David Hare (March 10, 1917 – December 21, 1992) was an American artist, associated with the Surrealist movement. He is primarily known for his sculpture, though he also worked extensively in photography and painting. The VVV Surrealism Magazine was first published and edited by Hare in 1942.

Early life and education
Born March 10, 1917 in New York City, New York to father Meredith Hare, a lawyer and mother Elizabeth Sage Goodwin, an art collector.
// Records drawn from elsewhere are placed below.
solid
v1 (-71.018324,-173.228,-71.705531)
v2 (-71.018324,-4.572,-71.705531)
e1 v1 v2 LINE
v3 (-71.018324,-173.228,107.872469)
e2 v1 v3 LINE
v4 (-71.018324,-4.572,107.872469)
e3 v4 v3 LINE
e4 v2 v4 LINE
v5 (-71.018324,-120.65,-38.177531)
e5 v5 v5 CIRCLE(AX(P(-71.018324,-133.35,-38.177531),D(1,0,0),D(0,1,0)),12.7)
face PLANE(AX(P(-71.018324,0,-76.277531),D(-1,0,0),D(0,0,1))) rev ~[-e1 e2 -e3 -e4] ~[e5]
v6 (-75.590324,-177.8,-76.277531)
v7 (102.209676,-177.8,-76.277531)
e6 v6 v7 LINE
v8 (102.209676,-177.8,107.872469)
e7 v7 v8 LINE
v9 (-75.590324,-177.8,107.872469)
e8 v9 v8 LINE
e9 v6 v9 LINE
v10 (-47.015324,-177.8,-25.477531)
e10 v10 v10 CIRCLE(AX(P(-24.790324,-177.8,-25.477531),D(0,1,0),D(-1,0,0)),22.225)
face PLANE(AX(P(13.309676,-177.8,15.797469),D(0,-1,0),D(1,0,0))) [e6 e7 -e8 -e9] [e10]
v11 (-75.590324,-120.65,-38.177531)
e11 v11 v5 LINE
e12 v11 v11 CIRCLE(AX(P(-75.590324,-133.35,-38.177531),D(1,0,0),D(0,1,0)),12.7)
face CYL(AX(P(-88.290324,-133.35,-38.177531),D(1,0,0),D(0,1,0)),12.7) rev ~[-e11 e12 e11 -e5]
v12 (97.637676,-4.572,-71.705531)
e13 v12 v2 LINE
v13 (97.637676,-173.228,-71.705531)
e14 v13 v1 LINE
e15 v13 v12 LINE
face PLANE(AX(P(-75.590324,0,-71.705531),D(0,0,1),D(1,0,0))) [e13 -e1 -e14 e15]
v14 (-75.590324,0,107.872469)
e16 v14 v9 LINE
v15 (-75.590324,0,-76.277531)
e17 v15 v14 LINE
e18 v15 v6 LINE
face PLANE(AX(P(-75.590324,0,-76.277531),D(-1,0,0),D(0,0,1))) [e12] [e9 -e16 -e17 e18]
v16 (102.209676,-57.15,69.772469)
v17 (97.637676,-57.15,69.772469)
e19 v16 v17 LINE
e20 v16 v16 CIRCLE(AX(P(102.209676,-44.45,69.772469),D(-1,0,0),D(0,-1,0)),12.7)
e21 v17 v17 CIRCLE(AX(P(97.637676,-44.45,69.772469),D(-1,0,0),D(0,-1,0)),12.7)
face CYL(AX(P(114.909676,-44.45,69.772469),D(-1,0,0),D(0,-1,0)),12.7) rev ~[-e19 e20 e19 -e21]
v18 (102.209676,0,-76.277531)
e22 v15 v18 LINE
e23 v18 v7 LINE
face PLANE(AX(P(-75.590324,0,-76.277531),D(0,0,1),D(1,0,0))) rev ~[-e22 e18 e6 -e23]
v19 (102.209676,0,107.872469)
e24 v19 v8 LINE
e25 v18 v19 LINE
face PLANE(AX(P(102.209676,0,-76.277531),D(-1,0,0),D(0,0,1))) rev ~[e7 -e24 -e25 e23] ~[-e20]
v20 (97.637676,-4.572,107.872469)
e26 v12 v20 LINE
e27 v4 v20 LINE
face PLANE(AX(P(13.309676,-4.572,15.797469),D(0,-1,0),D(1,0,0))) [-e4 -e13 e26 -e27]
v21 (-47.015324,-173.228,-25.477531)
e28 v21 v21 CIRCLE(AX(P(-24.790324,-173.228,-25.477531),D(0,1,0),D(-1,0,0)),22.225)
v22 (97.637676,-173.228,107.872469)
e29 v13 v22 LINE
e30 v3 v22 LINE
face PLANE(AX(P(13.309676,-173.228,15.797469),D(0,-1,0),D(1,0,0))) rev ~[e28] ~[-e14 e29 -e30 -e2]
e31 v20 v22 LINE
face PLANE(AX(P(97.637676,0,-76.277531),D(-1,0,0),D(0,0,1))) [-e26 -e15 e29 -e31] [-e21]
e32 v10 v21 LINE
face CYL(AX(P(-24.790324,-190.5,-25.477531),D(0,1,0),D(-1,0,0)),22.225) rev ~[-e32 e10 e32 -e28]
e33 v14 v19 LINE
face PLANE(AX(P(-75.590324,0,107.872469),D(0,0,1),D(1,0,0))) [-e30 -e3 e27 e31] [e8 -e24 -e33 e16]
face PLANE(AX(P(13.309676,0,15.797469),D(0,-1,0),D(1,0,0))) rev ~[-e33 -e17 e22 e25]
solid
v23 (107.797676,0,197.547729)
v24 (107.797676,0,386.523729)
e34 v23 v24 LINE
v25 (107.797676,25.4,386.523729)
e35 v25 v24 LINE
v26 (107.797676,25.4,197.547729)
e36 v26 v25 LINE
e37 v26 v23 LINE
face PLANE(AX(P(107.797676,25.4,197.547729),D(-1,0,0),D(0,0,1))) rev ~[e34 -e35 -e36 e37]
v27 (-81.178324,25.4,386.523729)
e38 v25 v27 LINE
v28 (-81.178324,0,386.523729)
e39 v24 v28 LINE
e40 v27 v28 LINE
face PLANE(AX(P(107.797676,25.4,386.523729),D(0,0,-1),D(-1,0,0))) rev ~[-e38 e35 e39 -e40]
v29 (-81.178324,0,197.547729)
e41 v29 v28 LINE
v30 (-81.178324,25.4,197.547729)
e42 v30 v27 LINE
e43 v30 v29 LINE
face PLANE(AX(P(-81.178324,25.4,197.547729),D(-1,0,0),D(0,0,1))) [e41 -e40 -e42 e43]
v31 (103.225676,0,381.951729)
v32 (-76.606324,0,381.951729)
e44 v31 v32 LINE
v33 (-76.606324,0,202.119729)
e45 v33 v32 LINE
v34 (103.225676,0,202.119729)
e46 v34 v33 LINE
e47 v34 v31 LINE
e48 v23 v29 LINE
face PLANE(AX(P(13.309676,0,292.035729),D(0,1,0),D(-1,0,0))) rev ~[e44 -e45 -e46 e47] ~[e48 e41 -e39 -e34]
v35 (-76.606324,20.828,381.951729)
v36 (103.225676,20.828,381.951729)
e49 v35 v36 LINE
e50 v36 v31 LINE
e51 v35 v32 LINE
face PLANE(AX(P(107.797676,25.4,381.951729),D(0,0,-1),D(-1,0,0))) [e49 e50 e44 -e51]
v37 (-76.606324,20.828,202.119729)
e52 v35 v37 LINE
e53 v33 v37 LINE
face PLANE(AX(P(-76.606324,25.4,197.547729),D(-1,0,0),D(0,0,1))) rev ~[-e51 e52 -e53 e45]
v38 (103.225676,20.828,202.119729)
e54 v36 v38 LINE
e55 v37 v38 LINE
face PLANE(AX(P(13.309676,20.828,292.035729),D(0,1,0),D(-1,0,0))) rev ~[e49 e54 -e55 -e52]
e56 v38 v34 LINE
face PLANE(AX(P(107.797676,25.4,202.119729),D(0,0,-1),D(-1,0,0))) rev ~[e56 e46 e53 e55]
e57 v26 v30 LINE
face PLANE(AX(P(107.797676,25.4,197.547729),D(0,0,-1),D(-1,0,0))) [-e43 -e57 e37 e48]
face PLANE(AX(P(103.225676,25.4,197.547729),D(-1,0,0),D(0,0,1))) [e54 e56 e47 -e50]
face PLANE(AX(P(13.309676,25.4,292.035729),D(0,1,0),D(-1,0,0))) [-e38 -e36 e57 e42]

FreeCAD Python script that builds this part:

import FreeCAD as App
import Part
import Sketcher

V = App.Vector
Q = App.Units.Quantity


def faces_at(feature, points):
    """Names of the faces that lie closest to the given points."""
    faces = feature.Shape.Faces
    near = lambda p: min(range(len(faces)), key=lambda i: faces[i].distToShape(Part.Vertex(*p))[0])
    return sorted({f"Face{near(p) + 1}" for p in points})


def add_polygon(sketch, points):
    """Adds a closed chain of lines whose ends are joined by coincident constraints."""
    first, n = sketch.GeometryCount, len(points)
    for a, b in zip(points, points[1:] + points[:1]):
        sketch.addGeometry(Part.LineSegment(App.Vector(*a, 0), App.Vector(*b, 0)), False)
    for i in range(n):
        sketch.addConstraint(Sketcher.Constraint("Coincident", first + i, 2, first + (i + 1) % n, 1))

doc = App.newDocument("Part")
params = doc.addObject("Spreadsheet::Sheet", "Params")
for row, (alias, value) in enumerate([
    ("sketch1_width", "7 in"),
    ("sketch1_height", "7.25 in"),
    ("pad1_length", "7 in"),
    ("thickness_wall", "0.18 in"),
    ("sketch2_diameter", "1.75 in"),
    ("hole_diameter", "1.75 in"),
    ("hole_depth", "0.5 in"),
    ("sketch3_diameter", "1 in"),
    ("hole2_diameter", "1 in"),
    ("hole2_depth", "0.5 in"),
    ("sketch4_diameter", "1 in"),
    ("hole3_diameter", "1 in"),
    ("hole3_depth", "0.5 in"),
    ("sketch5_width", "7.44 in"),
    ("pad2_length", "1 in"),
    ("thickness2_wall", "0.18 in"),
], start=1):
    params.set(f"A{row}", alias)
    params.set(f"B{row}", "=" + value)
    params.setAlias(f"B{row}", alias)

body = doc.addObject("PartDesign::Body", "Body")

sketch1 = doc.addObject("Sketcher::SketchObject", "Sketch")
body.addObject(sketch1)
sketch1.AttachmentSupport = (doc.XZ_Plane, [""])
sketch1.MapMode = "FlatFace"
add_polygon(sketch1, [(-75.590324, 107.872469), (-75.590324, -76.277531), (102.209676, -76.277531), (102.209676, 107.872469)])
sketch1.addConstraint(Sketcher.Constraint("Vertical", 0))
sketch1.addConstraint(Sketcher.Constraint("Horizontal", 1))
sketch1.addConstraint(Sketcher.Constraint("Vertical", 2))
sketch1.addConstraint(Sketcher.Constraint("Horizontal", 3))
sketch1.addConstraint(Sketcher.Constraint("DistanceX", 1, 1, 1, 2, Q("7 in")))
sketch1.addConstraint(Sketcher.Constraint("DistanceY", 0, 2, 0, 1, Q("7.25 in")))
sketch1.addConstraint(Sketcher.Constraint("DistanceY", 0, 2, -1, 1, 76.277531))
sketch1.addConstraint(Sketcher.Constraint("DistanceX", 0, 2, -1, 1, 75.590324))
sketch1.setExpression("Constraints[8]", "Params.sketch1_width")
sketch1.setExpression("Constraints[9]", "Params.sketch1_height")
pad1 = doc.addObject("PartDesign::Pad", "Pad")
body.addObject(pad1)
pad1.Profile = sketch1
pad1.setExpression("Length", "Params.pad1_length")
doc.recompute()

thickness = doc.addObject("PartDesign::Thickness", "Thickness")
body.addObject(thickness)
thickness.Base = (pad1, faces_at(pad1, [(13.31, -88.9, 107.872)]))
thickness.setExpression("Value", "Params.thickness_wall")
thickness.Reversed = True
thickness.Join = "Arc"

sketch2 = doc.addObject("Sketcher::SketchObject", "Sketch001")
body.addObject(sketch2)
sketch2.AttachmentSupport = (doc.XZ_Plane, [""])
sketch2.MapMode = "FlatFace"
sketch2.AttachmentOffset = App.Placement(V(0, 0, 7 * 25.4), App.Rotation())
sketch2.addGeometry(Part.Circle(V(-24.790324, -25.477531, 0), V(0, 0, 1), 22.225), False)
sketch2.addConstraint(Sketcher.Constraint("Diameter", 0, Q("1.75 in")))
sketch2.addConstraint(Sketcher.Constraint("DistanceY", 0, 3, -1, 1, 25.477531))
sketch2.addConstraint(Sketcher.Constraint("DistanceX", 0, 3, -1, 1, 24.790324))
sketch2.setExpression("Constraints[0]", "Params.sketch2_diameter")
doc.recompute()
hole = doc.addObject("PartDesign::Hole", "Hole")
body.addObject(hole)
hole.Profile = sketch2
hole.ThreadType = "None"
hole.setExpression("Diameter", "Params.hole_diameter")
hole.DepthType = "Dimension"
hole.setExpression("Depth", "Params.hole_depth")
hole.DrillPoint = "Angled"
hole.DrillPointAngle = 118

sketch3 = doc.addObject("Sketcher::SketchObject", "Sketch002")
body.addObject(sketch3)
sketch3.AttachmentSupport = (doc.YZ_Plane, [""])
sketch3.MapMode = "FlatFace"
sketch3.AttachmentOffset = App.Placement(V(0, 0, 102.209676), App.Rotation())
sketch3.addGeometry(Part.Circle(V(-44.45, 69.772469, 0), V(0, 0, 1), 12.7), False)
sketch3.addConstraint(Sketcher.Constraint("Diameter", 0, Q("1 in")))
sketch3.addConstraint(Sketcher.Constraint("DistanceX", 0, 3, -1, 1, Q("1.75 in")))
sketch3.addConstraint(Sketcher.Constraint("DistanceY", -1, 1, 0, 3, 69.772469))
sketch3.setExpression("Constraints[0]", "Params.sketch3_diameter")
doc.recompute()
hole2 = doc.addObject("PartDesign::Hole", "Hole001")
body.addObject(hole2)
hole2.Profile = sketch3
hole2.ThreadType = "None"
hole2.setExpression("Diameter", "Params.hole2_diameter")
hole2.DepthType = "Dimension"
hole2.setExpression("Depth", "Params.hole2_depth")
hole2.DrillPoint = "Angled"
hole2.DrillPointAngle = 118

sketch4 = doc.addObject("Sketcher::SketchObject", "Sketch003")
body.addObject(sketch4)
sketch4.AttachmentSupport = (doc.YZ_Plane, [""])
sketch4.MapMode = "FlatFace"
sketch4.AttachmentOffset = App.Placement(V(0, 0, -75.590324), App.Rotation())
sketch4.addGeometry(Part.Circle(V(-133.35, -38.177531, 0), V(0, 0, 1), 12.7), False)
sketch4.addConstraint(Sketcher.Constraint("Diameter", 0, Q("1 in")))
sketch4.addConstraint(Sketcher.Constraint("DistanceX", 0, 3, -1, 1, Q("5.25 in")))
sketch4.addConstraint(Sketcher.Constraint("DistanceY", 0, 3, -1, 1, 38.177531))
sketch4.setExpression("Constraints[0]", "Params.sketch4_diameter")
doc.recompute()
hole3 = doc.addObject("PartDesign::Hole", "Hole002")
body.addObject(hole3)
hole3.Profile = sketch4
hole3.ThreadType = "None"
hole3.setExpression("Diameter", "Params.hole3_diameter")
hole3.DepthType = "Dimension"
hole3.setExpression("Depth", "Params.hole3_depth")
hole3.DrillPoint = "Angled"
hole3.DrillPointAngle = 118
hole3.Reversed = True
body2 = doc.addObject("PartDesign::Body", "Body001")

sketch5 = doc.addObject("Sketcher::SketchObject", "Sketch004")
body2.addObject(sketch5)
sketch5.AttachmentSupport = (doc.getObject("XZ_Plane001"), [""])
sketch5.MapMode = "FlatFace"
sketch5.AttachmentOffset = App.Placement(V(0, 0, -1 * 25.4), App.Rotation())
add_polygon(sketch5, [(107.797676, 386.523729), (107.797676, 197.547729), (-81.178324, 197.547729), (-81.178324, 386.523729)])
sketch5.addConstraint(Sketcher.Constraint("Vertical", 0))
sketch5.addConstraint(Sketcher.Constraint("Horizontal", 1))
sketch5.addConstraint(Sketcher.Constraint("Vertical", 2))
sketch5.addConstraint(Sketcher.Constraint("Horizontal", 3))
sketch5.addConstraint(Sketcher.Constraint("Equal", 3, 0))
sketch5.addConstraint(Sketcher.Constraint("DistanceX", 1, 2, 1, 1, Q("7.44 in")))
sketch5.addConstraint(Sketcher.Constraint("DistanceY", -1, 1, 0, 2, 197.547729))
sketch5.addConstraint(Sketcher.Constraint("DistanceX", -1, 1, 0, 2, 107.797676))
sketch5.setExpression("Constraints[9]", "Params.sketch5_width")
pad2 = doc.addObject("PartDesign::Pad", "Pad001")
body2.addObject(pad2)
pad2.Profile = sketch5
pad2.setExpression("Length", "Params.pad2_length")
doc.recompute()

thickness2 = doc.addObject("PartDesign::Thickness", "Thickness001")
body2.addObject(thickness2)
thickness2.Base = (pad2, faces_at(pad2, [(13.31, 0, 292.036)]))
thickness2.setExpression("Value", "Params.thickness2_wall")
thickness2.Reversed = True
thickness2.Join = "Arc"

doc.recompute()
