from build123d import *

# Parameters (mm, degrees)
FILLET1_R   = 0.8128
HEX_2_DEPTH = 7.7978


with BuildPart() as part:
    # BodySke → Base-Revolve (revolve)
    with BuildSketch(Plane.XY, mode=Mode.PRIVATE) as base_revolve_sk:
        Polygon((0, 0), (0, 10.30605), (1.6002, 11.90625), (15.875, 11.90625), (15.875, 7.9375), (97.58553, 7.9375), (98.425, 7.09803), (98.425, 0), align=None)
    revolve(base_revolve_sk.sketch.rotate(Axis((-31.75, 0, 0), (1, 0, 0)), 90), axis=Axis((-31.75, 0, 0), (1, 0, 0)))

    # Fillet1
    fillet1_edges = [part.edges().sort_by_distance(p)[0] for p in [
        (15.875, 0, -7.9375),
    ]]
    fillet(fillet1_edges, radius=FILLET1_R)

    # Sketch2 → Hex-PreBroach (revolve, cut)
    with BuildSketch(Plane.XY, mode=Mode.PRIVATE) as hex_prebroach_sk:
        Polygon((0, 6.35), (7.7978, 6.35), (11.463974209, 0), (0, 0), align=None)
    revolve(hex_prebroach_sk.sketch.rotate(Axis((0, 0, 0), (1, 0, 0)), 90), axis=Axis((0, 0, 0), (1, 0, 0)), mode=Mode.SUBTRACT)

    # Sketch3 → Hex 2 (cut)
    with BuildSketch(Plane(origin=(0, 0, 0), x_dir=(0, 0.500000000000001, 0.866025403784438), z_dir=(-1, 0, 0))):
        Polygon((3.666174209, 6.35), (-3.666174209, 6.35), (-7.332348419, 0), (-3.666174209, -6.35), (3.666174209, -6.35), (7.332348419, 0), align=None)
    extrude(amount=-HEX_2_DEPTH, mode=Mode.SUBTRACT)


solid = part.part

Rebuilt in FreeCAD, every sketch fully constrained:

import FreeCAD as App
import Part
import Sketcher
Q = App.Units.Quantity


def edges_at(feature, points):
    """Names of the edges that pass closest to the given points."""
    edges = feature.Shape.Edges
    near = lambda p: min(range(len(edges)), key=lambda i: edges[i].distToShape(Part.Vertex(*p))[0])
    return sorted({f"Edge{near(p) + 1}" for p in points})


def add_polygon(sketch, points):
    """Adds a closed chain of lines whose ends are joined by coincident constraints."""
    first, n = sketch.GeometryCount, len(points)
    for a, b in zip(points, points[1:] + points[:1]):
        sketch.addGeometry(Part.LineSegment(App.Vector(*a, 0), App.Vector(*b, 0)), False)
    for i in range(n):
        sketch.addConstraint(Sketcher.Constraint("Coincident", first + i, 2, first + (i + 1) % n, 1))

doc = App.newDocument("Part")
body = doc.addObject("PartDesign::Body", "Body")

sketch1 = doc.addObject("Sketcher::SketchObject", "Sketch")
body.addObject(sketch1)
sketch1.AttachmentSupport = (doc.XY_Plane, [""])
sketch1.MapMode = "FlatFace"
add_polygon(sketch1, [(0, 10.3), (0, 0), (98.4, 0), (98.4, 7.1), (97.6, 7.9), (15.9, 7.9), (15.9, 11.9), (1.6, 11.9)])
sketch1.addConstraint(Sketcher.Constraint("Vertical", 0))
sketch1.addConstraint(Sketcher.Constraint("Horizontal", 1))
sketch1.addConstraint(Sketcher.Constraint("Vertical", 2))
sketch1.addConstraint(Sketcher.Constraint("Horizontal", 4))
sketch1.addConstraint(Sketcher.Constraint("Vertical", 5))
sketch1.addConstraint(Sketcher.Constraint("Horizontal", 6))
sketch1.addConstraint(Sketcher.Constraint("Coincident", 0, 2, -1, 1))
sketch1.addConstraint(Sketcher.Constraint("Perpendicular", 3, 7))
sketch1.addConstraint(Sketcher.Constraint("Angle", 3, Q("135 deg")))
sketch1.addConstraint(Sketcher.Constraint("DistanceX", 1, 1, 1, 2, Q("3.875 in")))
sketch1.addConstraint(Sketcher.Constraint("DistanceX", 6, 2, 6, 1, Q("0.562 in")))
sketch1.addConstraint(Sketcher.Constraint("DistanceY", 5, 1, 5, 2, Q("0.15625 in")))
sketch1.addConstraint(Sketcher.Constraint("DistanceX", 4, 2, 2, 2, Q("3.25 in")))
sketch1.addConstraint(Sketcher.Constraint("DistanceY", -1, 1, 3, 2, Q("0.3125 in")))
sketch1.addConstraint(Sketcher.Constraint("DistanceY", 2, 2, 5, 2, Q("0.1893 in")))
revolution = doc.addObject("PartDesign::Revolution", "Revolution")
body.addObject(revolution)
revolution.Profile = sketch1
revolution.ReferenceAxis = (sketch1, ["H_Axis"])
revolution.Angle = 360
doc.recompute()

fillet = doc.addObject("PartDesign::Fillet", "Fillet")
body.addObject(fillet)
fillet.Base = (revolution, edges_at(revolution, [(15.875, 0, -7.938)]))
fillet.Radius = Q("0.032 in")

sketch2 = doc.addObject("Sketcher::SketchObject", "Sketch001")
body.addObject(sketch2)
sketch2.AttachmentSupport = (doc.XY_Plane, [""])
sketch2.MapMode = "FlatFace"
add_polygon(sketch2, [(8, 6), (0, 6), (0, 0), (11, 0)])
sketch2.addConstraint(Sketcher.Constraint("Horizontal", 0))
sketch2.addConstraint(Sketcher.Constraint("Vertical", 1))
sketch2.addConstraint(Sketcher.Constraint("Horizontal", 2))
sketch2.addConstraint(Sketcher.Constraint("Coincident", 1, 2, -1, 1))
sketch2.addConstraint(Sketcher.Constraint("Angle", 3, Q("120 deg")))
sketch2.addConstraint(Sketcher.Constraint("DistanceY", 1, 2, 1, 1, Q("0.25 in")))
sketch2.addConstraint(Sketcher.Constraint("DistanceX", 0, 2, 0, 1, Q("0.307 in")))
groove = doc.addObject("PartDesign::Groove", "Groove")
body.addObject(groove)
groove.Profile = sketch2
groove.ReferenceAxis = (sketch2, ["H_Axis"])
groove.Angle = 360

sketch3 = doc.addObject("Sketcher::SketchObject", "Sketch002")
body.addObject(sketch3)
sketch3.AttachmentSupport = (doc.YZ_Plane, [""])
sketch3.MapMode = "FlatFace"
add_polygon(sketch3, [(7, 0), (4, -6), (-4, -6), (-7, 0), (-4, 6), (4, 6)])
sketch3.addConstraint(Sketcher.Constraint("Horizontal", 1))
sketch3.addConstraint(Sketcher.Constraint("Horizontal", 4))
sketch3.addConstraint(Sketcher.Constraint("Symmetric", 0, 2, 3, 2, -1, 1))
sketch3.addConstraint(Sketcher.Constraint("Symmetric", 2, 2, 5, 2, -1, 1))
sketch3.addConstraint(Sketcher.Constraint("PointOnObject", 2, 2, -1))
sketch3.addConstraint(Sketcher.Constraint("Parallel", 2, 5))
sketch3.addConstraint(Sketcher.Constraint("Vertical", 1, 2, 3, 2))
sketch3.addConstraint(Sketcher.Constraint("Angle", 0, Q("-120 deg")))
sketch3.addConstraint(Sketcher.Constraint("DistanceY", 1, 2, 3, 2, Q("0.5 in")))
sketch3.addConstraint(Sketcher.Constraint("DistanceX", 1, 2, 1, 1, 7.332348))
pocket1 = doc.addObject("PartDesign::Pocket", "Pocket")
body.addObject(pocket1)
pocket1.Profile = sketch3
pocket1.Length = Q("0.307 in")
pocket1.Reversed = True

doc.recompute()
In the 1920s the family moved first to Santa Fe, New Mexico and later to Colorado Springs, Colorado, in hope that the fresh air would help heal Meredith Hare's tuberculosis. His mother founded the Fountain Valley School, where David attended high school. After high school Hare married and moved to Roxbury, Connecticut where he worked as a color photographer.

He attended Bard College in Annandale-on-Hudson from 1936 to 1937, studying biology and chemistry.

In the late 1930s, with no previous artistic training, he began to experiment with color photography. Using his previous education in chemistry Hare developed an automatist technique called "heatage" in which he heated the unfixed negative from an 8 by 10-inch plate, causing the image to ripple and distort.

Career 
Hare's Surrealist experiments in photography were only one of his many projects. In 1938 he met Susanna Winslow Wilson and the couple soon married. Both David and Susanna pursued their interests in Surrealism and regularly attended Surrealist gatherings in New York Larre French restaurant on 56th street and at Breton's Greenwich Village apartment. In 1940 he received a commission from the American Museum of Natural History to document the Pueblo Indians of the American Southwest, for which he eventually produced 20 prints developed using Eastman Kodak's then-new dye transfer process (a time-consuming and complicated technique). In the same year, he also opened his own commercial photography studio in New York City and exhibited his photographs in a solo show at the Julien Levy Gallery.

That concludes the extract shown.